Al principio no había nada.

Absolutamente nada.

Todo estaba vacío.

Maheo, el Gran Espíritu, sentíase como desolado.

Miró en su entorno pero, obviamente, no había nada que ver.

Trató de oír, pero nada había que escuchar.

Únicamente se encontraba él, Maheo, solo en la nada.

-Tengo que poner remedio a esta situación.

Aunque gracias a su gran Poder, Maheo, no se consideraba aislado, porque él mismo era un universo. Mas, dado el hecho de que se movía a través de la nada y del tiempo sin fin, Maheo pensó que su Poder podía tener alguna aplicación productiva y concreta.

-¿Para qué sirve el Poder -se preguntó-, si no puede utilizarse para hacer el mundo y los distintos pueblos?

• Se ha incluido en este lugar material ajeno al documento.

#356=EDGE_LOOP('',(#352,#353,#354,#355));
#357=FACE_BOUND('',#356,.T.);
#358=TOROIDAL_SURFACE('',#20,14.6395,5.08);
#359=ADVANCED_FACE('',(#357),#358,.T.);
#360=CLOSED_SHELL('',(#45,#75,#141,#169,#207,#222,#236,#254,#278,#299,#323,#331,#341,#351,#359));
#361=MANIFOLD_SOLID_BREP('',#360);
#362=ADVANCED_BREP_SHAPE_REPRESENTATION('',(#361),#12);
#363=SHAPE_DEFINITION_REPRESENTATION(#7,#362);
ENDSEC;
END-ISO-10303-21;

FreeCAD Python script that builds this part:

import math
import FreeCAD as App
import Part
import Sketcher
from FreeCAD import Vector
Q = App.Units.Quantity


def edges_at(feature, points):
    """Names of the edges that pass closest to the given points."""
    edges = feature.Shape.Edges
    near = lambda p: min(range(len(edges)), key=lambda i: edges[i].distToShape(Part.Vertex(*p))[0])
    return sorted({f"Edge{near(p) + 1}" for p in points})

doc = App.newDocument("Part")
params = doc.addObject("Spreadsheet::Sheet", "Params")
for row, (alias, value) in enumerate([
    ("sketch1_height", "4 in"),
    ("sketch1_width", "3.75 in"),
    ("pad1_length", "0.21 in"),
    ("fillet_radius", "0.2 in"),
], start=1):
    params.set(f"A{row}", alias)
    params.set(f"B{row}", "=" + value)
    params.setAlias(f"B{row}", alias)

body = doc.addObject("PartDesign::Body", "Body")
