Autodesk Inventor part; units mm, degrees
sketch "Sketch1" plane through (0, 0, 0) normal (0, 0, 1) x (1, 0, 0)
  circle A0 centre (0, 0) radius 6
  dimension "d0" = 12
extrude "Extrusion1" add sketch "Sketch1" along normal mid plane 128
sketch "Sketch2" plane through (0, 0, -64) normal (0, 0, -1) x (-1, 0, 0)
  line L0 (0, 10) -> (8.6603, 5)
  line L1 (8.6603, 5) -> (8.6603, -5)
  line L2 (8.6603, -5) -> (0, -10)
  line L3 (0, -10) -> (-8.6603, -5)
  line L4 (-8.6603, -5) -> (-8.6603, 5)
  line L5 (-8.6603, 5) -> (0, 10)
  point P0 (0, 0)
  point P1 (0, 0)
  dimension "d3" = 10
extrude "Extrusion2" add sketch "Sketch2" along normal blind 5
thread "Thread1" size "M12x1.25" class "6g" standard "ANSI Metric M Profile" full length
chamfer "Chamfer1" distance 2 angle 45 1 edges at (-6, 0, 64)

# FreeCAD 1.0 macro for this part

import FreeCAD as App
import Part
import Sketcher
from FreeCAD import Vector


def edges_at(feature, points):
    """Names of the edges that pass closest to the given points."""
    edges = feature.Shape.Edges
    near = lambda p: min(range(len(edges)), key=lambda i: edges[i].distToShape(Part.Vertex(*p))[0])
    return sorted({f"Edge{near(p) + 1}" for p in points})


def add_polygon(sketch, points):
    """Adds a closed chain of lines whose ends are joined by coincident constraints."""
    first, n = sketch.GeometryCount, len(points)
    for a, b in zip(points, points[1:] + points[:1]):
        sketch.addGeometry(Part.LineSegment(App.Vector(*a, 0), App.Vector(*b, 0)), False)
    for i in range(n):
        sketch.addConstraint(Sketcher.Constraint("Coincident", first + i, 2, first + (i + 1) % n, 1))

doc = App.newDocument("Part")
body = doc.addObject("PartDesign::Body", "Body")

# Sketch on XY plane
sketch1 = body.newObject("Sketcher::SketchObject", "Sketch")
sketch1.AttachmentSupport = (doc.getObject("XY_Plane"), [""])
sketch1.MapMode = "FlatFace"
sketch1.addGeometry(Part.Circle(Vector(0, 0, 0), Vector(0, 0, 1), 6), False)
sketch1.addConstraint([
    Sketcher.Constraint("Coincident", 0, 3, -1, 1),
    Sketcher.Constraint("Diameter", 0, 12.0),
])
pad1 = body.newObject("PartDesign::Pad", "Pad")
pad1.Profile = sketch1
pad1.Length = 128
pad1.Midplane = True

# Sketch on XY plane
sketch2 = body.newObject("Sketcher::SketchObject", "Sketch001")
sketch2.AttachmentSupport = (doc.getObject("XY_Plane"), [""])
sketch2.MapMode = "FlatFace"
sketch2.AttachmentOffset = App.Placement(Vector(0, 0, -64), App.Rotation())
add_polygon(sketch2, [(-9, 5), (0, 10), (9, 5), (9, -5), (0, -10), (-9, -5)])  # lines 0-5
sketch2.addConstraint([
    Sketcher.Constraint("Vertical", 2),
    Sketcher.Constraint("Vertical", 5),
    Sketcher.Constraint("Symmetric", 0, 2, 3, 2, -1, 1),
    Sketcher.Constraint("Symmetric", 1, 2, 4, 2, -1, 1),
    Sketcher.Constraint("PointOnObject", 0, 2, -2),
    Sketcher.Constraint("Parallel", 0, 3),
    Sketcher.Constraint("Horizontal", 2, 2, 4, 2),
    Sketcher.Constraint("DistanceY", 2, 2, 2, 1, 10.0),
    Sketcher.Constraint("Distance", 0, 10.0),
    Sketcher.Constraint("DistanceY", -1, 1, 0, 2, 10.0),
])
pad2 = body.newObject("PartDesign::Pad", "Pad001")
pad2.Profile = sketch2
pad2.Length = 5
pad2.Reversed = True
doc.recompute()

chamfer = body.newObject("PartDesign::Chamfer", "Chamfer")
chamfer.Base = (pad2, edges_at(pad2, [(-6, 0, 64)]))
chamfer.Size = 2

doc.recompute()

Sí, tengo que poner remedio a esta situación.

    Y llevó a la práctica sus intenciones.

     Creando una amplísima extensión de agua, como un lago, pero salada. Comprendió el Gran Espíritu que partiendo del agua podría existir la vida. El lago mismo era vida.

-Deberían existir seres que viviesen en las aguas -dijo Maheo a su Poder. Y así fue.

    Primero hizo los peces que nadaban en las oscuras aguas, luego las almejas y los caracoles y los ástacos, que vivían eh la arena y en el fondo del lago.

-Formemos ahora seres que puedan moverse sobre el agua -requirió de su Poder.

   Así ocurrió.

    Fueron apareciendo los gansos, los ánades, los charranes, las fochas, las cercetas, viviendo y nadando en los alrededores del lago. En la oscuridad, Maheo, podía escuchar el chapoteo de sus patas y el batir de sus alas.

-Quisiera ver todas las cosas que acaban de ser creadas -pensó Maheo.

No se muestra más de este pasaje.